** Data for this exercise **
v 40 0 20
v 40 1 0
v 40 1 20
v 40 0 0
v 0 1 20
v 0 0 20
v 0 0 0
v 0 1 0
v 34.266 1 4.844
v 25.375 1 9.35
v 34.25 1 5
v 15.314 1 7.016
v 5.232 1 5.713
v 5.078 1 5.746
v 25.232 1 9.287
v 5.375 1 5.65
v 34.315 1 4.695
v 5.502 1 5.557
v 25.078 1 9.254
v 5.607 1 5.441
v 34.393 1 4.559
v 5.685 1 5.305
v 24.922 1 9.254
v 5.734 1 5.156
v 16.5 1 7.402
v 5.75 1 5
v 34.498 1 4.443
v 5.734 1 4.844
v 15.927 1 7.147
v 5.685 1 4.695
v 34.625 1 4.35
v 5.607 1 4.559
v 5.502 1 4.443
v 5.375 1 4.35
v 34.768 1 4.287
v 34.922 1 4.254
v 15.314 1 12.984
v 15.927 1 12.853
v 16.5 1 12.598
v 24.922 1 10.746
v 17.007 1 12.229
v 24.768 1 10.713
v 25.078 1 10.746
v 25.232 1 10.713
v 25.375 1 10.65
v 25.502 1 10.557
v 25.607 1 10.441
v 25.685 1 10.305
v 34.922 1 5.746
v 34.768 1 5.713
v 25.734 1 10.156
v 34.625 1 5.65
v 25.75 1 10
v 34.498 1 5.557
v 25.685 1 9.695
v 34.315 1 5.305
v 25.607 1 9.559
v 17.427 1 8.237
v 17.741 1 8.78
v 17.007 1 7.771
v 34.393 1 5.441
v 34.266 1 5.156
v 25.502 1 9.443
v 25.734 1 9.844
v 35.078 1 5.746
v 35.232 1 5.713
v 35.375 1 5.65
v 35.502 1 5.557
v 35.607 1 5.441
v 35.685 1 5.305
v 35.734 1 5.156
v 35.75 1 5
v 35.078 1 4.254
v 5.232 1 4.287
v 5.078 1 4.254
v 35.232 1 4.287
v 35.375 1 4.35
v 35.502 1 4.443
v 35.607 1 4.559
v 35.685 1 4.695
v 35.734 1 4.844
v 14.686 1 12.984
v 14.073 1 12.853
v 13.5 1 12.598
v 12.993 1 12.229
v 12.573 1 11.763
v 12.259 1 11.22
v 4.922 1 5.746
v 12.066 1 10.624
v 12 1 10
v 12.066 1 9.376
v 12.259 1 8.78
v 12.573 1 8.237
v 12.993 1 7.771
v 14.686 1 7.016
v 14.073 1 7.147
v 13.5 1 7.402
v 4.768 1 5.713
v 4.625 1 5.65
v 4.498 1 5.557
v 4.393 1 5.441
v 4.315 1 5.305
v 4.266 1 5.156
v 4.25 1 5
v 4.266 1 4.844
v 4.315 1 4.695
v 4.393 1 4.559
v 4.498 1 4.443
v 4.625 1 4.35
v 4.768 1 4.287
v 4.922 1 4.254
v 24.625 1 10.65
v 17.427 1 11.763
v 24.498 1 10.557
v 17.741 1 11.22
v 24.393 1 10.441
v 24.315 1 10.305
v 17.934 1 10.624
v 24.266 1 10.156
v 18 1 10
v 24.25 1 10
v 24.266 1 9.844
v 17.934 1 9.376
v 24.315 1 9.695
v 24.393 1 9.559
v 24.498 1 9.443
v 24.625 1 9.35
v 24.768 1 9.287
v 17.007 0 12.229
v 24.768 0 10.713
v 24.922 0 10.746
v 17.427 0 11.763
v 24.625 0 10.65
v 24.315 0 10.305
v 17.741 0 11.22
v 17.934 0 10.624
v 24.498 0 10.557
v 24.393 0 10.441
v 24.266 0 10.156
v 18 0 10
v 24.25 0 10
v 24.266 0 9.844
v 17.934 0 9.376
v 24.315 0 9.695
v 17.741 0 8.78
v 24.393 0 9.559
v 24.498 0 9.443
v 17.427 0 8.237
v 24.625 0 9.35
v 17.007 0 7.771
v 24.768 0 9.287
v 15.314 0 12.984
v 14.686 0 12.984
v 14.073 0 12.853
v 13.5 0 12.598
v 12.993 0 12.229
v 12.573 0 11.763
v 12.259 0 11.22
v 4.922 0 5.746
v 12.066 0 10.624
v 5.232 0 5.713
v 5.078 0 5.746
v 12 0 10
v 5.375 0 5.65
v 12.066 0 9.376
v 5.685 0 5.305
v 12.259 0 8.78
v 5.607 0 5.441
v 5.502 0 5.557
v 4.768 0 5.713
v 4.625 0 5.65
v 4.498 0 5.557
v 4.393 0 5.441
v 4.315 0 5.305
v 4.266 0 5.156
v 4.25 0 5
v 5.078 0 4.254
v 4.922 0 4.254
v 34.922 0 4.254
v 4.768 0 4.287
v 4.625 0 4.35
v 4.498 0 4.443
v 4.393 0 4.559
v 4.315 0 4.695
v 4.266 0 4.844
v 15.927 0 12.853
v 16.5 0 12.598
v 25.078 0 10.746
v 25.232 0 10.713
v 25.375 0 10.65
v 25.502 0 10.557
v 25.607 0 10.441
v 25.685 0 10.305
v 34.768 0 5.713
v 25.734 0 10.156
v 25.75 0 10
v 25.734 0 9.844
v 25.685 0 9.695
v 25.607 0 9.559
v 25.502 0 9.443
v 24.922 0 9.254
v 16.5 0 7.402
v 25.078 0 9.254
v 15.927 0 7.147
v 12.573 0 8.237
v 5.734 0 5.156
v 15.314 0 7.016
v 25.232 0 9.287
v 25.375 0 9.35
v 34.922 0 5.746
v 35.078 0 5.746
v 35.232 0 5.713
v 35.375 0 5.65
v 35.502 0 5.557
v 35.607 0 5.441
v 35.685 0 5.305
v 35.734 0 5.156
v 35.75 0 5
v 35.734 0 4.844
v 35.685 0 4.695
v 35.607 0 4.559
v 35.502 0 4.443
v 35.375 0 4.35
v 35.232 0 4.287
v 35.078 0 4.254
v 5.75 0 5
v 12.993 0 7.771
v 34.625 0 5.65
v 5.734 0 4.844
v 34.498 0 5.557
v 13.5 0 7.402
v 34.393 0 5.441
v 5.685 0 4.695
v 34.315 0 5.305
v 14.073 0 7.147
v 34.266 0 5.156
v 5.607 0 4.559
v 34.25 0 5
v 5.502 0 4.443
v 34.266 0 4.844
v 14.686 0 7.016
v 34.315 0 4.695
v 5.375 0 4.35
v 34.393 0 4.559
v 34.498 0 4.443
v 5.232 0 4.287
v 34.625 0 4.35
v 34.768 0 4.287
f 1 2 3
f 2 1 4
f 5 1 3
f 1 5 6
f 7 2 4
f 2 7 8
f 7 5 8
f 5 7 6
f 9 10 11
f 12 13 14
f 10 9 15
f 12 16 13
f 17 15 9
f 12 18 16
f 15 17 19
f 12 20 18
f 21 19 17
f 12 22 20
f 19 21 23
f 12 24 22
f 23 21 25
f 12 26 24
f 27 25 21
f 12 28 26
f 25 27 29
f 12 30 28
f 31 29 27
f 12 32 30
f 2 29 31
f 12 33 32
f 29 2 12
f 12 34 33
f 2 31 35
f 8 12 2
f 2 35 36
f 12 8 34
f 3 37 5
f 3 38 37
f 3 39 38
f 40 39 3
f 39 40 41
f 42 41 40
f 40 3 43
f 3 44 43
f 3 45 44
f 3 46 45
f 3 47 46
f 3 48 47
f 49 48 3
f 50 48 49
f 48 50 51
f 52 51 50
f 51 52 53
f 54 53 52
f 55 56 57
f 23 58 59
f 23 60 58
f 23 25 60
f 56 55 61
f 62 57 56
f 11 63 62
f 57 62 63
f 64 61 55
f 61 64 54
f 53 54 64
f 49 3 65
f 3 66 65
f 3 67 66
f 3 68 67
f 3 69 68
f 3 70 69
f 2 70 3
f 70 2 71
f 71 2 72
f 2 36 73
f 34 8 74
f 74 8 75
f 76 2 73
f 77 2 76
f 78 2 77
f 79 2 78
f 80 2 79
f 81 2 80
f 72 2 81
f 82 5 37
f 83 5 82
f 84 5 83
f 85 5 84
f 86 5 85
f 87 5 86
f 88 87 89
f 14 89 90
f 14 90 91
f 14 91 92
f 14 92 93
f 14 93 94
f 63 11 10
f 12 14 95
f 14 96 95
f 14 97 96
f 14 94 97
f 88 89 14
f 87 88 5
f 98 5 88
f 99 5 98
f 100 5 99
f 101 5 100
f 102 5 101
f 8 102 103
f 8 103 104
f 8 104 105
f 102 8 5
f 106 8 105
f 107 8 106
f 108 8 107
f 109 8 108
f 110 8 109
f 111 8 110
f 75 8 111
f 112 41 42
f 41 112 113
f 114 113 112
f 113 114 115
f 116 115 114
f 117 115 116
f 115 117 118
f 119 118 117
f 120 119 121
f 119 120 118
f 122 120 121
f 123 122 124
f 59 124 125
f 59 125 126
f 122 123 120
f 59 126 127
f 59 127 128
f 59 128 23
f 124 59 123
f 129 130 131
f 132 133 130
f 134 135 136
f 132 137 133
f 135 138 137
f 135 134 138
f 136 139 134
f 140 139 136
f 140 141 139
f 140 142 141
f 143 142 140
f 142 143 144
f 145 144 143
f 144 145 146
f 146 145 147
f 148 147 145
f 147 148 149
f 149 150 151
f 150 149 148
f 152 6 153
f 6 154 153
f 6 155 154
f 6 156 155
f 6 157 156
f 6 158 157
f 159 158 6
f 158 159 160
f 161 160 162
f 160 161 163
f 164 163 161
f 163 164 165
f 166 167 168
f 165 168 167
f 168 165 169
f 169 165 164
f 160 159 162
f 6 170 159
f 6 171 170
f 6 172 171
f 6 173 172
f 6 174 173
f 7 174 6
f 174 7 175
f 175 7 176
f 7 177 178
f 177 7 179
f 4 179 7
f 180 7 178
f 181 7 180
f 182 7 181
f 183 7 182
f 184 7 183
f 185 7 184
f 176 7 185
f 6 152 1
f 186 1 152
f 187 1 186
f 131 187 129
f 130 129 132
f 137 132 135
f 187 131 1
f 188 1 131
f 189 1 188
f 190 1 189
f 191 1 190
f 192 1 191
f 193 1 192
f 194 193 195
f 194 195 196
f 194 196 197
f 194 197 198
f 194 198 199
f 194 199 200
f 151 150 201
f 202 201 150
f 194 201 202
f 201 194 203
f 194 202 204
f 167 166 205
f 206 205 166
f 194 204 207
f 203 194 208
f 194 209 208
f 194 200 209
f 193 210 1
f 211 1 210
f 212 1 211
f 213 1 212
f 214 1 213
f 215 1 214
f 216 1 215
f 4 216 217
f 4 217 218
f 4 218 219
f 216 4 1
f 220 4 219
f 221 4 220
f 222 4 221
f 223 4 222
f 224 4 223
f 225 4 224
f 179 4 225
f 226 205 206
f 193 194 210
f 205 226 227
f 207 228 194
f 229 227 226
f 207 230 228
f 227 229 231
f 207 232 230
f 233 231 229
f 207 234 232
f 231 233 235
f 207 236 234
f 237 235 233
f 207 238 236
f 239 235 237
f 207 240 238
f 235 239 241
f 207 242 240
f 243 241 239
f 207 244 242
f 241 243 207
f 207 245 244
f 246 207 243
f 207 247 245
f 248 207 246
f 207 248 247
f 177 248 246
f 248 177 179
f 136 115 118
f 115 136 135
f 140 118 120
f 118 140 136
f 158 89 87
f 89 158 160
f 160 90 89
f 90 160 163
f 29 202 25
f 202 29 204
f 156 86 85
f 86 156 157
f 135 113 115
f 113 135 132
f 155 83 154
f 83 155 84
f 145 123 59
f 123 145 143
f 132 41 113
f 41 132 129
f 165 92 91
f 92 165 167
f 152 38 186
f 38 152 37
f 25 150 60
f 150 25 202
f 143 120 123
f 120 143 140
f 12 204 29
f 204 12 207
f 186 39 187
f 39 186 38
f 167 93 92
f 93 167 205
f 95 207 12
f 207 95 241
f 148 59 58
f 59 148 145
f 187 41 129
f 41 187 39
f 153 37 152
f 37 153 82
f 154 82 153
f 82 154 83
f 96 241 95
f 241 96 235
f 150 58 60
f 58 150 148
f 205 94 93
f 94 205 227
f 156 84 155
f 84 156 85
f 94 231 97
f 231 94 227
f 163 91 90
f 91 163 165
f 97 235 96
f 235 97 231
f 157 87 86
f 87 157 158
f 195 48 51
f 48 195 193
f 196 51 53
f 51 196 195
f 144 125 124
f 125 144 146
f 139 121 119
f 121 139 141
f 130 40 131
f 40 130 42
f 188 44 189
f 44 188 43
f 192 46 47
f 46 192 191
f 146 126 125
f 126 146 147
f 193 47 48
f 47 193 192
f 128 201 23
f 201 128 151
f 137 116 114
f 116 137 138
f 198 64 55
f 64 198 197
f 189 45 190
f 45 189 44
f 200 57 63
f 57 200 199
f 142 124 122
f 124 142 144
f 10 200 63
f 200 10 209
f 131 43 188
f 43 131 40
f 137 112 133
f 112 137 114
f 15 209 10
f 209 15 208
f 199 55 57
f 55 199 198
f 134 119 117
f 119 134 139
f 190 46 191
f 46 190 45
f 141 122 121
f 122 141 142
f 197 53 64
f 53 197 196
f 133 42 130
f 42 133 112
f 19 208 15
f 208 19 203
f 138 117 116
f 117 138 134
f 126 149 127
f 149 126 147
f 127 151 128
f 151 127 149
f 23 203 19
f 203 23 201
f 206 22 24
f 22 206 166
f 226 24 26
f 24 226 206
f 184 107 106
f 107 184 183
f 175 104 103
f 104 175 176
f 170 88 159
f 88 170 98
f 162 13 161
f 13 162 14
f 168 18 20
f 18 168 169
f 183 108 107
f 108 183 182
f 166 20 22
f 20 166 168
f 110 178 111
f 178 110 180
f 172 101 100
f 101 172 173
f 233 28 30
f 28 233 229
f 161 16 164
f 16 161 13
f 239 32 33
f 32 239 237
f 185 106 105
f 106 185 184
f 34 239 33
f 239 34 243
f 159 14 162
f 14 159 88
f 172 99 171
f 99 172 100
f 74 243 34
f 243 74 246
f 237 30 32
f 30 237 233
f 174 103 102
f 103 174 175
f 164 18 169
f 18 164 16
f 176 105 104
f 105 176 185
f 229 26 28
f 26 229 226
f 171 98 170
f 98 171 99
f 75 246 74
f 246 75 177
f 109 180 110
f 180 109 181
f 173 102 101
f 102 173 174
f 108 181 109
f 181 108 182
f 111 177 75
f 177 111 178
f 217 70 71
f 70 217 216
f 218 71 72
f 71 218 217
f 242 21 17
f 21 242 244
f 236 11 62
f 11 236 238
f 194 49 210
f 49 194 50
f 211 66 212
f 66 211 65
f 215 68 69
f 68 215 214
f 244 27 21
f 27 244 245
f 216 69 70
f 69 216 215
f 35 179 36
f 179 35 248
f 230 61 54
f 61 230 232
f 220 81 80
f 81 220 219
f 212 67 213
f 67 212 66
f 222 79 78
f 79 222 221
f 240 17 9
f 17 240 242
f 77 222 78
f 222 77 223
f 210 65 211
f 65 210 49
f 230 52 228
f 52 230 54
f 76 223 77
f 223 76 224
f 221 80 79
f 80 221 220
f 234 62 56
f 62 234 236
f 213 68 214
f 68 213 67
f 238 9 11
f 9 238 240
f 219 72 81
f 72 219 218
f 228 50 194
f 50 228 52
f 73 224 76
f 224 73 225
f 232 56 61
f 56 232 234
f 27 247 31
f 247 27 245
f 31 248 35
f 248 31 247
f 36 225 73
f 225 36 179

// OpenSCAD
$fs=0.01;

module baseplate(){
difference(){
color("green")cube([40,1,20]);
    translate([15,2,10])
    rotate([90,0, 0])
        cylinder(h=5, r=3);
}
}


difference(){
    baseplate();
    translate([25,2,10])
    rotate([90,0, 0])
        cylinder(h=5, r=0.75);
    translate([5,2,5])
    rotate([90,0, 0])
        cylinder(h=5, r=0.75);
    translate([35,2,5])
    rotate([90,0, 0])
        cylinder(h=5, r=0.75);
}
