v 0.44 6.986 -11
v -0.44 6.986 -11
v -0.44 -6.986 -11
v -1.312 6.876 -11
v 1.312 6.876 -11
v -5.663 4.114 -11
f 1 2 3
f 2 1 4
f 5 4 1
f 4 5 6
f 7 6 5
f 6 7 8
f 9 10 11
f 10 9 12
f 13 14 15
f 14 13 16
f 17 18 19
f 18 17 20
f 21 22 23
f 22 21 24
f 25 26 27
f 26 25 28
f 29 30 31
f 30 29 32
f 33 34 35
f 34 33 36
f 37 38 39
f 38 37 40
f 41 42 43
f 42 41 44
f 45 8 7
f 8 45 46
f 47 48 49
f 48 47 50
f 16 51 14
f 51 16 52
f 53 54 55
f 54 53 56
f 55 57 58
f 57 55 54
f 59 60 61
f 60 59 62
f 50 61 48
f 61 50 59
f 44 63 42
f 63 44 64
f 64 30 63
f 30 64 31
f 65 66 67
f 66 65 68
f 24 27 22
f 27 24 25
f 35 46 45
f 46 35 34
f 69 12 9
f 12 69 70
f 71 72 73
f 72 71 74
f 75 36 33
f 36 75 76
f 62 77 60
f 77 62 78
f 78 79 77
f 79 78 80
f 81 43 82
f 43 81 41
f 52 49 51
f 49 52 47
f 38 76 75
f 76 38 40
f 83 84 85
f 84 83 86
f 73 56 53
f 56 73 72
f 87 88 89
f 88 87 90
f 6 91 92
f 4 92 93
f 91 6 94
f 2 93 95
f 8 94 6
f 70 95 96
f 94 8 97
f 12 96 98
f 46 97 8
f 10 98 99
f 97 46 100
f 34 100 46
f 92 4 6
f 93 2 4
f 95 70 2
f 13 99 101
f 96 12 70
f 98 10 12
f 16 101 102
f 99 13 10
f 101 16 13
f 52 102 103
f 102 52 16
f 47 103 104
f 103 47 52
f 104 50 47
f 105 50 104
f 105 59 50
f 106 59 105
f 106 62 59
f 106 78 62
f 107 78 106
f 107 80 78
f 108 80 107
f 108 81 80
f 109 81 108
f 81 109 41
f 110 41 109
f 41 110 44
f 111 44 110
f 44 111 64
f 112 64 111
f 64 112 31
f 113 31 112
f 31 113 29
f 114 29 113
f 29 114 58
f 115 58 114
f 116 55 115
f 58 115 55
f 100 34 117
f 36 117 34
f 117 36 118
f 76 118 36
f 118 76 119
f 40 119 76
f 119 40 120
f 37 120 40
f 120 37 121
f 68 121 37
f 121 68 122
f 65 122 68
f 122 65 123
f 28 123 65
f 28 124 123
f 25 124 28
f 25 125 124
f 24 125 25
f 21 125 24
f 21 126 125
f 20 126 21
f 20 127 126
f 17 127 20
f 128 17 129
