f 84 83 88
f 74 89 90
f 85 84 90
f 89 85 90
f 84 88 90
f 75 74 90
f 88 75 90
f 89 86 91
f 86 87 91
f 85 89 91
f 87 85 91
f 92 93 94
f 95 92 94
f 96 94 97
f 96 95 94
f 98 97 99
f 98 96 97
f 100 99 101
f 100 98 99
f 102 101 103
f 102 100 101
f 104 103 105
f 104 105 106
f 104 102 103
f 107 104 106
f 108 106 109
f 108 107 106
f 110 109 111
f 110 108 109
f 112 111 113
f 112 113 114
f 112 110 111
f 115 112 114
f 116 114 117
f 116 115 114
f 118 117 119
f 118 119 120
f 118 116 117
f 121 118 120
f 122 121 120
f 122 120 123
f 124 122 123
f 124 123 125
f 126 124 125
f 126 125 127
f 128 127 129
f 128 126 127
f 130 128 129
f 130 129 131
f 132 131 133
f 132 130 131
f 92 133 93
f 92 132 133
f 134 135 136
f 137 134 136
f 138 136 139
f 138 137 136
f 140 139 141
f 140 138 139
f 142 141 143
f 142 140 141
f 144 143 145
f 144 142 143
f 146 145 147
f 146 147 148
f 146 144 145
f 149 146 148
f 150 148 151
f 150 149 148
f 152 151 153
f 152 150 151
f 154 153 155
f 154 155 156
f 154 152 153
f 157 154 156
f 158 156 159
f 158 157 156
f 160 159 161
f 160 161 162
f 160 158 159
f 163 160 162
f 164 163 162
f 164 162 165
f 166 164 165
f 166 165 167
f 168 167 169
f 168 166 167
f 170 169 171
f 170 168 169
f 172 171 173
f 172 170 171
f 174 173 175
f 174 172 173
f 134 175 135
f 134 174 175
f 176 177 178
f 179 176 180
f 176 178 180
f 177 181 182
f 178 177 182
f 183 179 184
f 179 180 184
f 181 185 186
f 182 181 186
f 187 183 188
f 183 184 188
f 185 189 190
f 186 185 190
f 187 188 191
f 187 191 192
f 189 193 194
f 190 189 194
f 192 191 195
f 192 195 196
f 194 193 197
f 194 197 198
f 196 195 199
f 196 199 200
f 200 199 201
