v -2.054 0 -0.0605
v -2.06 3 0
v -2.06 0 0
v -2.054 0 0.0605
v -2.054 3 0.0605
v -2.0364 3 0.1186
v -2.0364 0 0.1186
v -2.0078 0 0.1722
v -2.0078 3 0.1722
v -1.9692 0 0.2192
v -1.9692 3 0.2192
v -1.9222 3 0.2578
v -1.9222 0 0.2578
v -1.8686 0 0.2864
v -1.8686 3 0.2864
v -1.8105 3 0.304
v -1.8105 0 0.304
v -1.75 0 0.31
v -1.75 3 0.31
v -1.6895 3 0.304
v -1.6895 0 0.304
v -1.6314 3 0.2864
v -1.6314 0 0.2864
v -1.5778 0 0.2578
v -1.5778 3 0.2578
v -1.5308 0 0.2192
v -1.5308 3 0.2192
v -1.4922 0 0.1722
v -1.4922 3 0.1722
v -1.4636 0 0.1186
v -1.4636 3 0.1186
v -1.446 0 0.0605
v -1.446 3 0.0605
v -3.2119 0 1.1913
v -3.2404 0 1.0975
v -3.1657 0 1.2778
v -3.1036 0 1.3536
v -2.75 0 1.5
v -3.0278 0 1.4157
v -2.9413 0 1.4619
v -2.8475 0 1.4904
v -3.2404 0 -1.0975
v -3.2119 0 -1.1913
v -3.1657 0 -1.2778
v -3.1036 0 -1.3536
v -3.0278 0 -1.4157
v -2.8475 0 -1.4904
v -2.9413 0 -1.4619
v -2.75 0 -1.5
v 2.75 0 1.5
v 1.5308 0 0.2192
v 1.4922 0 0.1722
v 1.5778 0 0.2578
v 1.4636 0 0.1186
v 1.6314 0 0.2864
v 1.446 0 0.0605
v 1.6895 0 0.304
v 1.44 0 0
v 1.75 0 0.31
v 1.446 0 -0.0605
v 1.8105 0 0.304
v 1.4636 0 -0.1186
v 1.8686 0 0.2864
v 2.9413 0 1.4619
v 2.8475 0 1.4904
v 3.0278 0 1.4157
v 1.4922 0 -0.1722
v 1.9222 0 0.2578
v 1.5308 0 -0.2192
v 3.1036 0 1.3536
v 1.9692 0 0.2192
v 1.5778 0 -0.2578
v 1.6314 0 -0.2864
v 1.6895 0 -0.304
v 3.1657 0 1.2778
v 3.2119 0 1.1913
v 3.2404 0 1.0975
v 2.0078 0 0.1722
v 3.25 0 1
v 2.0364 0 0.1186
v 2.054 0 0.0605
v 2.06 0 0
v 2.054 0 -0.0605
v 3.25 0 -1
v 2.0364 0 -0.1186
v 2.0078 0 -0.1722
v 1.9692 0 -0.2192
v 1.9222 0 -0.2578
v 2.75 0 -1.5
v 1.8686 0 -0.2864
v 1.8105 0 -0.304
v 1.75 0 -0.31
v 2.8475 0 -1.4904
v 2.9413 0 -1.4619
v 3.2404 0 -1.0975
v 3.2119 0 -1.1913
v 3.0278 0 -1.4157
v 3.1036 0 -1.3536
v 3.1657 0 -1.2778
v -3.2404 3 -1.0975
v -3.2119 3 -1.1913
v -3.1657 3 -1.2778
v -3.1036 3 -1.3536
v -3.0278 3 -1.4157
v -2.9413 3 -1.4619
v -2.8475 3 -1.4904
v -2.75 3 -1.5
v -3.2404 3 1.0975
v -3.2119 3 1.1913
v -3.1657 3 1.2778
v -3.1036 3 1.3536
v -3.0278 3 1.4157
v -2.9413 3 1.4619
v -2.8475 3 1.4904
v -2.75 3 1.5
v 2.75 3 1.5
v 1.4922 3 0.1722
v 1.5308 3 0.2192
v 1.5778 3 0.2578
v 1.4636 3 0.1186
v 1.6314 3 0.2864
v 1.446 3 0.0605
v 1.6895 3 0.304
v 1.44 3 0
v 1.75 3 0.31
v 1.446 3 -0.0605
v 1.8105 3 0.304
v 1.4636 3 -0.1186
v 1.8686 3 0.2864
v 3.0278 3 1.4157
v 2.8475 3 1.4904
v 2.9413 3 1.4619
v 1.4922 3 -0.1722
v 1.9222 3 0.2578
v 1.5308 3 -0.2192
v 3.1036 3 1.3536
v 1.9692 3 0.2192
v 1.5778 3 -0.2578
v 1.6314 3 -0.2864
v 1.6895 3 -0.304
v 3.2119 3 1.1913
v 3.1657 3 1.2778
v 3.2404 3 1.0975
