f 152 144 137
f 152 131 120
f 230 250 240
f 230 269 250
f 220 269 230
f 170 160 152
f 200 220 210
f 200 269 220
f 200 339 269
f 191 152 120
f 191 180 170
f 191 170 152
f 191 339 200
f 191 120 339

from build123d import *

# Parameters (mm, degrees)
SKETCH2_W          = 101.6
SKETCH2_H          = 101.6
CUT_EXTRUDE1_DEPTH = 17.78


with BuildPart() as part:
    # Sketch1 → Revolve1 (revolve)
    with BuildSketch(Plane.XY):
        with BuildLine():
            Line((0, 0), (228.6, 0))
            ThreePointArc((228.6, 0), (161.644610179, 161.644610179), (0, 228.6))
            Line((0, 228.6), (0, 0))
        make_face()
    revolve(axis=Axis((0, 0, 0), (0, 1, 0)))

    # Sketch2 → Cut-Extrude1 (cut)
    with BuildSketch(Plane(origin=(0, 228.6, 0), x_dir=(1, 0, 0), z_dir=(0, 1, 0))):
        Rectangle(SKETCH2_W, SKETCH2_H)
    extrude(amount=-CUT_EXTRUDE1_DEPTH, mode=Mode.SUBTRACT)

** Your task **
Reproduce each line of the material containing the word "with".

** Response **
with BuildPart() as part:
    with BuildSketch(Plane.XY):
        with BuildLine():
    with BuildSketch(Plane(origin=(0, 228.6, 0), x_dir=(1, 0, 0), z_dir=(0, 1, 0))):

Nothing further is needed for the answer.